The algorithm: Nega-Max with alpha-beta pruning
As a first step, we built the game structure by developing the rules and the winning conditions.
Then we started thinking about the possible development of the algorithm and we decided to implement:
- the Nega-Max algorithm which exploits the zero-sum property of Tablut;
- the alpha-beta pruning techinque which reduces the number of evaluated nodes during the search;
- the Trasposition Table which avoids re-evaluating an already seen configuration.

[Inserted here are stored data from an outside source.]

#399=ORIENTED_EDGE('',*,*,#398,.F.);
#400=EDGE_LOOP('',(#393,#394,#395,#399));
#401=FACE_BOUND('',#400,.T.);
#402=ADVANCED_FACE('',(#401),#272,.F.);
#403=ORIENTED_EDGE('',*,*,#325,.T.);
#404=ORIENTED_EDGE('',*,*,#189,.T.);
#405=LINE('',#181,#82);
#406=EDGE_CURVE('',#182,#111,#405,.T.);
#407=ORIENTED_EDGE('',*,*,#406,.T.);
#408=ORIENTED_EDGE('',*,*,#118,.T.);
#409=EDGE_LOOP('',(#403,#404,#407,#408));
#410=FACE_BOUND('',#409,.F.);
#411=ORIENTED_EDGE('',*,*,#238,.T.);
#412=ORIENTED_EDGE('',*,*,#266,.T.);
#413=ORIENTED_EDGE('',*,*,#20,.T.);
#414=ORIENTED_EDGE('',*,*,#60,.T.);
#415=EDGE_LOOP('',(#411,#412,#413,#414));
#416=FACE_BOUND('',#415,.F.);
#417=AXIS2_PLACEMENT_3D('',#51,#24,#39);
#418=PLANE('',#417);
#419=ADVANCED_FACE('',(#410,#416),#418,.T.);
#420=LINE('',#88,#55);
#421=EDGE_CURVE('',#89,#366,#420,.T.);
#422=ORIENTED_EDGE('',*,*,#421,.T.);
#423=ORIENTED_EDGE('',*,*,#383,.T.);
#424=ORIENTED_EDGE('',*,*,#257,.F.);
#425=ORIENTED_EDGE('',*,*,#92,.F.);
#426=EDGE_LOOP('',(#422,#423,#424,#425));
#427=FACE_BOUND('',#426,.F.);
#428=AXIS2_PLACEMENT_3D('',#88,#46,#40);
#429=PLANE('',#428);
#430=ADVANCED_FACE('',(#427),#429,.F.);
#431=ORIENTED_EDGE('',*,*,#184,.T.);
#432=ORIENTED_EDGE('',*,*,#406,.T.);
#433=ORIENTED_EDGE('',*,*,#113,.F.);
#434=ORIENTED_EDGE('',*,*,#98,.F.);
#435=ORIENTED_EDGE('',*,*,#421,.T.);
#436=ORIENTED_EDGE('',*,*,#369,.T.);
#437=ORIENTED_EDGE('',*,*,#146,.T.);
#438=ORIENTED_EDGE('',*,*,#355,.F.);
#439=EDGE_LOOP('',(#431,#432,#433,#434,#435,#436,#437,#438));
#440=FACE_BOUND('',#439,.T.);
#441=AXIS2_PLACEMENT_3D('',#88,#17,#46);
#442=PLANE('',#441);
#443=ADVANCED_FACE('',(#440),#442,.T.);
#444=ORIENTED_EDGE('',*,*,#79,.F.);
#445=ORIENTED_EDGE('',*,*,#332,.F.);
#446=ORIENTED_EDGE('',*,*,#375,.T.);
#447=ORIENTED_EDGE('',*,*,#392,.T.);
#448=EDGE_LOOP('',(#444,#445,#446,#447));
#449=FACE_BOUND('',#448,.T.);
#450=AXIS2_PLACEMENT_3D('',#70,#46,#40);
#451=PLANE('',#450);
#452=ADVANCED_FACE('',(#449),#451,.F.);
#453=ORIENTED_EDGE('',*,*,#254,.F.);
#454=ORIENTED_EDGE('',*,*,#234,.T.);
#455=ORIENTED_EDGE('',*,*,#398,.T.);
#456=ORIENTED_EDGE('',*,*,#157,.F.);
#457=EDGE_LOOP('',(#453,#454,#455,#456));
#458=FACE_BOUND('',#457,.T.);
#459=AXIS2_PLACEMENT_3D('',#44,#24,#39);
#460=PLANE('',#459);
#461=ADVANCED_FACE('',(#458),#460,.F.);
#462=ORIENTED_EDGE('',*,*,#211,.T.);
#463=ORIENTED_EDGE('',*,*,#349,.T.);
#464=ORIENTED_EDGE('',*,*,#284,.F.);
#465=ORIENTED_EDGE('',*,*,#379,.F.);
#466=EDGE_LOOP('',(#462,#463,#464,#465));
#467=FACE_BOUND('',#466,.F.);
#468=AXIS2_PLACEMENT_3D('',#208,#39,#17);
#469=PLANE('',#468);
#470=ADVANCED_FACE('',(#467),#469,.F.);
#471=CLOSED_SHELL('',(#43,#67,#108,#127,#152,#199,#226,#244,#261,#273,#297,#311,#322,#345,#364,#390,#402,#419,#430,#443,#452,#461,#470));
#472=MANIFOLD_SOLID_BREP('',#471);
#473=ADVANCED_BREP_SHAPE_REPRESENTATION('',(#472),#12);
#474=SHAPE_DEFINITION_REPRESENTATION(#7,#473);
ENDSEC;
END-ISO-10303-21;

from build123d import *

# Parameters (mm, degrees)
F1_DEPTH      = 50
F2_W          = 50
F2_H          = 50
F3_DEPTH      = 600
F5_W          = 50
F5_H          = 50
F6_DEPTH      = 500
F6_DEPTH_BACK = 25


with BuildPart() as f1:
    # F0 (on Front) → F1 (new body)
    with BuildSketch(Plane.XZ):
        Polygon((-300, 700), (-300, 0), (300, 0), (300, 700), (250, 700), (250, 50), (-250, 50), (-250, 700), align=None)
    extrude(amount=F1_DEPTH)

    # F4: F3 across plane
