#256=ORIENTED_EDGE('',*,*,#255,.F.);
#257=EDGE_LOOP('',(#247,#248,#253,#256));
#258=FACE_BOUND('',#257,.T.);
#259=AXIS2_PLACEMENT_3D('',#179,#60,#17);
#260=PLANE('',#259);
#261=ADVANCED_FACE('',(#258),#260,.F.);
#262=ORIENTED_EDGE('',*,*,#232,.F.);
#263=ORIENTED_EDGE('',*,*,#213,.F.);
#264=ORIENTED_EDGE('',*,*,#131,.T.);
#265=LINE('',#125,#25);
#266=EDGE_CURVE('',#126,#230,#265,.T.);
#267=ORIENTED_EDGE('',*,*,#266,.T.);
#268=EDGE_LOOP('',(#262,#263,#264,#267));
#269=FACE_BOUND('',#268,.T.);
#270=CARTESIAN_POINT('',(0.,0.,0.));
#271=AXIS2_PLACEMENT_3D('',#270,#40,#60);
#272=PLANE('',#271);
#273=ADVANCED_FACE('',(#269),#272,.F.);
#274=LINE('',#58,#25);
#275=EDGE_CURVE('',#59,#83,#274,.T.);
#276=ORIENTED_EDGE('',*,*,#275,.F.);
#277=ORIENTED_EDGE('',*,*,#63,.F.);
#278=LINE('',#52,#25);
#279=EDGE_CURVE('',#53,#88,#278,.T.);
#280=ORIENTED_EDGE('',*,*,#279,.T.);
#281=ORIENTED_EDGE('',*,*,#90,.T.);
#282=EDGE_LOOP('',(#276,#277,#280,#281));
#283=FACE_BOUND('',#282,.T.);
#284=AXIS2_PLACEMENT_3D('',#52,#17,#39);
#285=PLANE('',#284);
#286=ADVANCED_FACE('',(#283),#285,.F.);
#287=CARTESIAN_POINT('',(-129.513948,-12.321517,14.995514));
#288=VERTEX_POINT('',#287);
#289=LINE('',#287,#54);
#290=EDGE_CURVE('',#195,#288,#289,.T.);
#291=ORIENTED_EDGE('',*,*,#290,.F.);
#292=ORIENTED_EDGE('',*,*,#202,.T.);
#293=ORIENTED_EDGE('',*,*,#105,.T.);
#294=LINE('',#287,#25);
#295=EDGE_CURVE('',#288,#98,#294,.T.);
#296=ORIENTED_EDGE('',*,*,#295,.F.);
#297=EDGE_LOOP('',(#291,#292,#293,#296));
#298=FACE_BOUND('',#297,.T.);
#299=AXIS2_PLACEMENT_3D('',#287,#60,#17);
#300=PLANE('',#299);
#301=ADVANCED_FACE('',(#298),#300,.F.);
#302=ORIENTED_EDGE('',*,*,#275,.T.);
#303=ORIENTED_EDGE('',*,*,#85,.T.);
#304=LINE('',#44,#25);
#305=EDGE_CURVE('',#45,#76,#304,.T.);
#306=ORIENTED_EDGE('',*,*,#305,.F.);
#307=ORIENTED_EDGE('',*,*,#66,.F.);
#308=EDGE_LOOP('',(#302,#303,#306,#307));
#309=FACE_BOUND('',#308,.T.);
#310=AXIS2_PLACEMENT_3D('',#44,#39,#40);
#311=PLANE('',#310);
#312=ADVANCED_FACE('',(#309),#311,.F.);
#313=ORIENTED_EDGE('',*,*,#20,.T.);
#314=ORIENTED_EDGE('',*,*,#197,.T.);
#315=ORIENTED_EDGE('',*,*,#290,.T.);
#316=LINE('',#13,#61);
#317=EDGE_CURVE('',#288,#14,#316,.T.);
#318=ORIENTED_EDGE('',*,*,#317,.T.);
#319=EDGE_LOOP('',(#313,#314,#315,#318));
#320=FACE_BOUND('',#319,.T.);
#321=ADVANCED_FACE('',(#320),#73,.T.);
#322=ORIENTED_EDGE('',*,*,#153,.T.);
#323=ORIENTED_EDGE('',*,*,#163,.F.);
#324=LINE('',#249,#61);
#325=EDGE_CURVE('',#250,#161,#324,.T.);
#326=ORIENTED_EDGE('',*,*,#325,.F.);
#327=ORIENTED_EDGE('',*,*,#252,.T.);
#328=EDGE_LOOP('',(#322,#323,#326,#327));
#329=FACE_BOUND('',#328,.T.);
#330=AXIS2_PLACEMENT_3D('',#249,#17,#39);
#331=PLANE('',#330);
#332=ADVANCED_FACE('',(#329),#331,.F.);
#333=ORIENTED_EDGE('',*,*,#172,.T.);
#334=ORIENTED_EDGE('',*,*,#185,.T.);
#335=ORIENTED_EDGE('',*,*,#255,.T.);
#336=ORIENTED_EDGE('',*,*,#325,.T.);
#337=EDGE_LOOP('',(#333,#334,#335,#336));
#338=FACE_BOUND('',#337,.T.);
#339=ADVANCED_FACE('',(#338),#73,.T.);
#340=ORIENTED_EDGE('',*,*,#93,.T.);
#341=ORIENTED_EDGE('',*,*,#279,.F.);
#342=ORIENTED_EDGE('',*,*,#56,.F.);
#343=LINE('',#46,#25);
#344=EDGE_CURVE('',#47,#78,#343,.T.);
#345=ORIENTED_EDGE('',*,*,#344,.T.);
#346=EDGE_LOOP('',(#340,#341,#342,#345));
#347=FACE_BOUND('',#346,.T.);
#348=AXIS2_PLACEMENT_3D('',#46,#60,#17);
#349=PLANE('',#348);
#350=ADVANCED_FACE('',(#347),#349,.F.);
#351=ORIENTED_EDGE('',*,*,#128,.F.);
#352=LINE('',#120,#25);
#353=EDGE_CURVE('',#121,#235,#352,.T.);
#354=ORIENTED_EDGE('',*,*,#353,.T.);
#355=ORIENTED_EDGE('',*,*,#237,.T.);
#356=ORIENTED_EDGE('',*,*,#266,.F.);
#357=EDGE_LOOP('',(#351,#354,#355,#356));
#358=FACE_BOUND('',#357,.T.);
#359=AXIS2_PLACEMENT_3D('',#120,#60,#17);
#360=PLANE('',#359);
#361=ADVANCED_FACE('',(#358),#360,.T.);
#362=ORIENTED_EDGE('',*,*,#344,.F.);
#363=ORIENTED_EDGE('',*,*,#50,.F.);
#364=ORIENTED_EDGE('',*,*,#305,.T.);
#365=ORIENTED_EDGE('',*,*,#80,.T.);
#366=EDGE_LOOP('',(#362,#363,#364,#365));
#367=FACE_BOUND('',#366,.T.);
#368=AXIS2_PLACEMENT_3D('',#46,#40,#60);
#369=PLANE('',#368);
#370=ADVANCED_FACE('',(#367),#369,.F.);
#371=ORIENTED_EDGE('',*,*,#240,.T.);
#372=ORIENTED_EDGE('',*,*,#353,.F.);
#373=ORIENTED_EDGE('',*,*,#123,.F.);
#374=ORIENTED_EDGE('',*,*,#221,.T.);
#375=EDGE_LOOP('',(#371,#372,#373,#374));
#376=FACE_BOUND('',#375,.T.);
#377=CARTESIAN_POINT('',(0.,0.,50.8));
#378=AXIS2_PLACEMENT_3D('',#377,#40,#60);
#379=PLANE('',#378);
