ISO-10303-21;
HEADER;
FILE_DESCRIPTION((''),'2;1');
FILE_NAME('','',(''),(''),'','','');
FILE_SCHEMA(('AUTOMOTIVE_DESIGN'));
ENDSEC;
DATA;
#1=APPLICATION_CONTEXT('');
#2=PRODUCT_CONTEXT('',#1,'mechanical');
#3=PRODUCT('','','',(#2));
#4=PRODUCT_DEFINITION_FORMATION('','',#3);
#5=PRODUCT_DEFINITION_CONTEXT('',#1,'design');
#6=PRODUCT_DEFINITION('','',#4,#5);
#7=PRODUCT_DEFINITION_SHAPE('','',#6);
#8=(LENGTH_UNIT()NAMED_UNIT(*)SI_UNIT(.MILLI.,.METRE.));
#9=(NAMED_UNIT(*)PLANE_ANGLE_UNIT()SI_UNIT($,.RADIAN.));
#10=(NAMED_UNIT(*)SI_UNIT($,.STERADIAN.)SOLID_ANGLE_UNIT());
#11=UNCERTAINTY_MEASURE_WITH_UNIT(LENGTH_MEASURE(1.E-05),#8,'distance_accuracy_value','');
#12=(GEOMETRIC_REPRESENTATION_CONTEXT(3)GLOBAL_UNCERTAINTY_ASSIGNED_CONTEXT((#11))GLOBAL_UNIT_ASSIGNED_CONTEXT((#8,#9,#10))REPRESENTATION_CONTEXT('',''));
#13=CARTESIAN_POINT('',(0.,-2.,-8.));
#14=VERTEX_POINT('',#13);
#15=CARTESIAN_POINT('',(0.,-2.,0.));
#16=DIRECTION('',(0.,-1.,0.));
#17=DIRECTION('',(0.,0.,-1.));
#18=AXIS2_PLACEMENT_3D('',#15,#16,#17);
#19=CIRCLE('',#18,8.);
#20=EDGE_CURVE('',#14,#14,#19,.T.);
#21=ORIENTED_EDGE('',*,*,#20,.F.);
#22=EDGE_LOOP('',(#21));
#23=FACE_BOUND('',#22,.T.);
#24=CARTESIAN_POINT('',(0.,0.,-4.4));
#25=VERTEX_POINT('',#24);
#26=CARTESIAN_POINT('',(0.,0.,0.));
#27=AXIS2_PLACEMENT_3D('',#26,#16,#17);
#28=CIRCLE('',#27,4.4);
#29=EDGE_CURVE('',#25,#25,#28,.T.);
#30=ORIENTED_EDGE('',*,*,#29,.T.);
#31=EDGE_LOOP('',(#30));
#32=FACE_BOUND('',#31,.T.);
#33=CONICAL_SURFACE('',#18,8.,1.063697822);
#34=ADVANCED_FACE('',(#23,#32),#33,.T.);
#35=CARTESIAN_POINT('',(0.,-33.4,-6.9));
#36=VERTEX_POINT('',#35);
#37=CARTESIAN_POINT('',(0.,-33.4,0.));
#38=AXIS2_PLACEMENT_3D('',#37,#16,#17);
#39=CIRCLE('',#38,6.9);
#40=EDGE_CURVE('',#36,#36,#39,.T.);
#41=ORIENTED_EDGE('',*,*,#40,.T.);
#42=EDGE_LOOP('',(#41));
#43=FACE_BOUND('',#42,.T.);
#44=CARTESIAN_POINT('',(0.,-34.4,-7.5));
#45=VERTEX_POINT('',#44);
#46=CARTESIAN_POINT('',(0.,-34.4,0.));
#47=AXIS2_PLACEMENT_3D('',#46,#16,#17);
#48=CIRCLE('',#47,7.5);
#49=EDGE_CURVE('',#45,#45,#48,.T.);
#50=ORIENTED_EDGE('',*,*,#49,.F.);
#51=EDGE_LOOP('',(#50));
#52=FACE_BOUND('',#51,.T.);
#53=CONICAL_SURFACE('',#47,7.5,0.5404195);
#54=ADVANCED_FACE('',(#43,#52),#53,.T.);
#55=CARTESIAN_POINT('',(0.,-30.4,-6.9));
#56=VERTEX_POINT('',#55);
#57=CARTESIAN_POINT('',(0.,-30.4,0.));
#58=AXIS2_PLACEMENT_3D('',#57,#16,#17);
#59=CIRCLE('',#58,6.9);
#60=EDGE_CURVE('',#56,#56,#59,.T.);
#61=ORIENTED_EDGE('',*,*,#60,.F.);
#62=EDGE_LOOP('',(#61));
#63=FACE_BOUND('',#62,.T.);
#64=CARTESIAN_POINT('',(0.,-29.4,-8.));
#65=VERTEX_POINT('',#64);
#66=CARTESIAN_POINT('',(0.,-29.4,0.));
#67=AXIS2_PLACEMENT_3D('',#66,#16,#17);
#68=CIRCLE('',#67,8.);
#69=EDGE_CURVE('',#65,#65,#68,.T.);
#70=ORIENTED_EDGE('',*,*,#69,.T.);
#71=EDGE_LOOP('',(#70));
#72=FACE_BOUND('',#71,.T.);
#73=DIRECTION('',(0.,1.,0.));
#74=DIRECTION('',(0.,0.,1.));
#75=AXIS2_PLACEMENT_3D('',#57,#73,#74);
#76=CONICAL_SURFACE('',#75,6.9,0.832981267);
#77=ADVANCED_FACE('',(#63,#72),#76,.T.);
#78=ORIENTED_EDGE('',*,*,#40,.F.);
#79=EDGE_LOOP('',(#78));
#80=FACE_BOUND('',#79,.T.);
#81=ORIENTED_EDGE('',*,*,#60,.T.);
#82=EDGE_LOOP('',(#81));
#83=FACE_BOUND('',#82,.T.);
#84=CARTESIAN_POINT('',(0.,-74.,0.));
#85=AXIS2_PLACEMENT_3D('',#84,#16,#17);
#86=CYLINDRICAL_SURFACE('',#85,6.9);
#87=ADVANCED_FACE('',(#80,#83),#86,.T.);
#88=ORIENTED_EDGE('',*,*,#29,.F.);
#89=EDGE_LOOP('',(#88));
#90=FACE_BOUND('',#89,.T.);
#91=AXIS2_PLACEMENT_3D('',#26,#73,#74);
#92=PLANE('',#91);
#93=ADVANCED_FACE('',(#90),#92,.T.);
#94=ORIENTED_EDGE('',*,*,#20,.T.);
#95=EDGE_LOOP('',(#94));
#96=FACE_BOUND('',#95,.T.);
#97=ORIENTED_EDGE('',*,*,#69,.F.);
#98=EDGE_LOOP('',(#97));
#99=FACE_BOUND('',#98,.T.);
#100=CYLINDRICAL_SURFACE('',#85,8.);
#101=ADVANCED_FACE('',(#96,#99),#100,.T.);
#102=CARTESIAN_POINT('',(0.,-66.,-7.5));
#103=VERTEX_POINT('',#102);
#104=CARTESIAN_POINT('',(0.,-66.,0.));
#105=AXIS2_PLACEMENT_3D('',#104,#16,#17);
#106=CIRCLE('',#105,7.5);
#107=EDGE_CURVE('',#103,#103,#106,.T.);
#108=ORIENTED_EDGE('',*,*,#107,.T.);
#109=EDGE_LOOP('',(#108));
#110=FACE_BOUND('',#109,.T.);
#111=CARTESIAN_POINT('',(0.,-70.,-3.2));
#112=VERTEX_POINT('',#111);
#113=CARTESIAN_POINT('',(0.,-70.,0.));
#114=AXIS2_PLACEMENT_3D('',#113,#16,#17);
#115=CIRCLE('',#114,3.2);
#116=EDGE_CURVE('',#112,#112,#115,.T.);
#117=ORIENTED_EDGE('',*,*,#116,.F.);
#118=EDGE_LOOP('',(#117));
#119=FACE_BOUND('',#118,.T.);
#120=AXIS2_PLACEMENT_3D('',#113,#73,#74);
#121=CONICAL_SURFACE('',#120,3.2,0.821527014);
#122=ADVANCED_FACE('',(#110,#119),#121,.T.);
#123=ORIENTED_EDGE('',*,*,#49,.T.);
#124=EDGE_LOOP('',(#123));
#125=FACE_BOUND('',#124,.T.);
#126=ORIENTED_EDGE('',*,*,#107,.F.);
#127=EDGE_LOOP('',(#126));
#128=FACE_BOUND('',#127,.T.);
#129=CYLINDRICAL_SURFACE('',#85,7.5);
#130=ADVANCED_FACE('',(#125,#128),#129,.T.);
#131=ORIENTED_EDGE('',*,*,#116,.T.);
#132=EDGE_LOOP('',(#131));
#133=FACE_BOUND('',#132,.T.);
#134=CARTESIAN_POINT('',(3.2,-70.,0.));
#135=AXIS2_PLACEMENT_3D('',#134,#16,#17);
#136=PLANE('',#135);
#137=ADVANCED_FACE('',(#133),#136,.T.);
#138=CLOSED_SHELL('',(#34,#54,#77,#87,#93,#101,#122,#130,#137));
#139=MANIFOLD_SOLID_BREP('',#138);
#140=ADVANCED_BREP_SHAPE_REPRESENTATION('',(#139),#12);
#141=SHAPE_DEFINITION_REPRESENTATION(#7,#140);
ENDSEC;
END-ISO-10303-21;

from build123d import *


with BuildPart() as part:
    # Sketch1 → Motor_reductora_husillo (revolve)
    with BuildSketch(Plane.XY, mode=Mode.PRIVATE) as motor_reductora_husillo_sk:
        Polygon((0, 0), (4.4, 0), (8, -2), (8, -29.4), (6.9, -30.4), (6.9, -33.4), (7.5, -34.4), (7.5, -66), (3.2, -70), (0, -70), align=None)
    revolve(motor_reductora_husillo_sk.sketch.rotate(Axis((0, -74, 0), (0, 1, 0)), 90), axis=Axis((0, -74, 0), (0, 1, 0)))


solid = part.part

Here is the pseudocode of the algorithm taken from Wikipedia (the implementation is on Github).
function negamax(node, depth, α, β, color) is
alphaOrig := α
(* Transposition Table Lookup; node is the lookup key for ttEntry *)
ttEntry := transpositionTableLookup(node)
if ttEntry is valid and ttEntry.depth ≥ depth then
if ttEntry.flag = EXACT then
return ttEntry.value
else if ttEntry.flag = LOWERBOUND then
α := max(α, ttEntry.value)
else if ttEntry.flag = UPPERBOUND then
β := min(β, ttEntry.value)
if α ≥ β then
return ttEntry.value
if depth = 0 or node is a terminal node then
return color × the heuristic value of node
childNodes := generateMoves(node)
childNodes := orderMoves(childNodes)
value := −∞
for each child in childNodes do
value := max(value, −negamax(child, depth − 1, −β, −α, −color))
α := max(α, value)
if α ≥ β then
break
(* Transposition Table Store; node is the lookup key for ttEntry *)
ttEntry.value := value
if value ≤ alphaOrig then
ttEntry.flag := UPPERBOUND
else if value ≥ β then
ttEntry.flag := LOWERBOUND
else
ttEntry.flag := EXACT
ttEntry.depth := depth
transpositionTableStore(node, ttEntry)
return value
Evaluation Function and Genetic Algorithm
A crucial element of any Mini-Max variant is the evaluation function that estimates the heuristic value of a non-terminal node. The evaluation function has to be carefully designed in order to find a balance between the algorithm efficiency and its optimality.
We designed our evaluation function looking at:
- the number of black and white pieces;
- the king position.
The king position is evaluated according to the number of reachable escapes, the number and color of the closest soldiers, and the physical position on the board.
Each element of the evaluation function is weighted, but how can we tune the weights?
We decided to use a very well known population-based method: the Genetic Algorithm (GA), which is inspired by the process of natural selection.
Our GA has a population of 200 agents (100 white players and 100 black players). Each player has a random weights configuration and at each epoch we select the best individuals using a tournament selection with the number of winning as fitness function. The fitness function also includes a time-out parameter to fix a maximum game duration.
The offsprings are generated through a two-point crossover with a low mutation probability. The new population for each color is composed by the best 50 old agents and the best 50 new agents (truncation selection).
At the end we obtain the best white and black weights configuration according to the fitness function.